| Aim of the exercise |
Your answer should be an exact copy of the data.

| Data extracts |
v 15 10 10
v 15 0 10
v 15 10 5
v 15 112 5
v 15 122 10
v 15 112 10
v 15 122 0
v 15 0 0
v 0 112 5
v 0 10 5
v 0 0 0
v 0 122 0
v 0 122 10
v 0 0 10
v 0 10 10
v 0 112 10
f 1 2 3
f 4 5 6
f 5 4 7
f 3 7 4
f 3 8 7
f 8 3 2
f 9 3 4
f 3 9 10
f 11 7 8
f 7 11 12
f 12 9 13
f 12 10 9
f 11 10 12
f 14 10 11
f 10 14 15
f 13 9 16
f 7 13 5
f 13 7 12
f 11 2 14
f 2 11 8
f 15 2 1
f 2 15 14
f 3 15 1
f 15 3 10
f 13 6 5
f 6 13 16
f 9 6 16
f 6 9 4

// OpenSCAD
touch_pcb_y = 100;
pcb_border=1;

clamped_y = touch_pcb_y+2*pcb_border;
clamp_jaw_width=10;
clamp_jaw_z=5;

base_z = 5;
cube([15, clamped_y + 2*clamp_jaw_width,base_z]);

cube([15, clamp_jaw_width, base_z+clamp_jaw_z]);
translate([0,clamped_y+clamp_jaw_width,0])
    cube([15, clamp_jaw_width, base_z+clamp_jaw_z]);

| Final answer |
v 15 10 10
v 15 0 10
v 15 10 5
v 15 112 5
v 15 122 10
v 15 112 10
v 15 122 0
v 15 0 0
v 0 112 5
v 0 10 5
v 0 0 0
v 0 122 0
v 0 122 10
v 0 0 10
v 0 10 10
v 0 112 10
f 1 2 3
f 4 5 6
f 5 4 7
f 3 7 4
f 3 8 7
f 8 3 2
f 9 3 4
f 3 9 10
f 11 7 8
f 7 11 12
f 12 9 13
f 12 10 9
f 11 10 12
f 14 10 11
f 10 14 15
f 13 9 16
f 7 13 5
f 13 7 12
f 11 2 14
f 2 11 8
f 15 2 1
f 2 15 14
f 3 15 1
f 15 3 10
f 13 6 5
f 6 13 16
f 9 6 16
f 6 9 4

// OpenSCAD
touch_pcb_y = 100;
pcb_border=1;

clamped_y = touch_pcb_y+2*pcb_border;
clamp_jaw_width=10;
clamp_jaw_z=5;

base_z = 5;
cube([15, clamped_y + 2*clamp_jaw_width,base_z]);

cube([15, clamp_jaw_width, base_z+clamp_jaw_z]);
translate([0,clamped_y+clamp_jaw_width,0])
    cube([15, clamp_jaw_width, base_z+clamp_jaw_z]);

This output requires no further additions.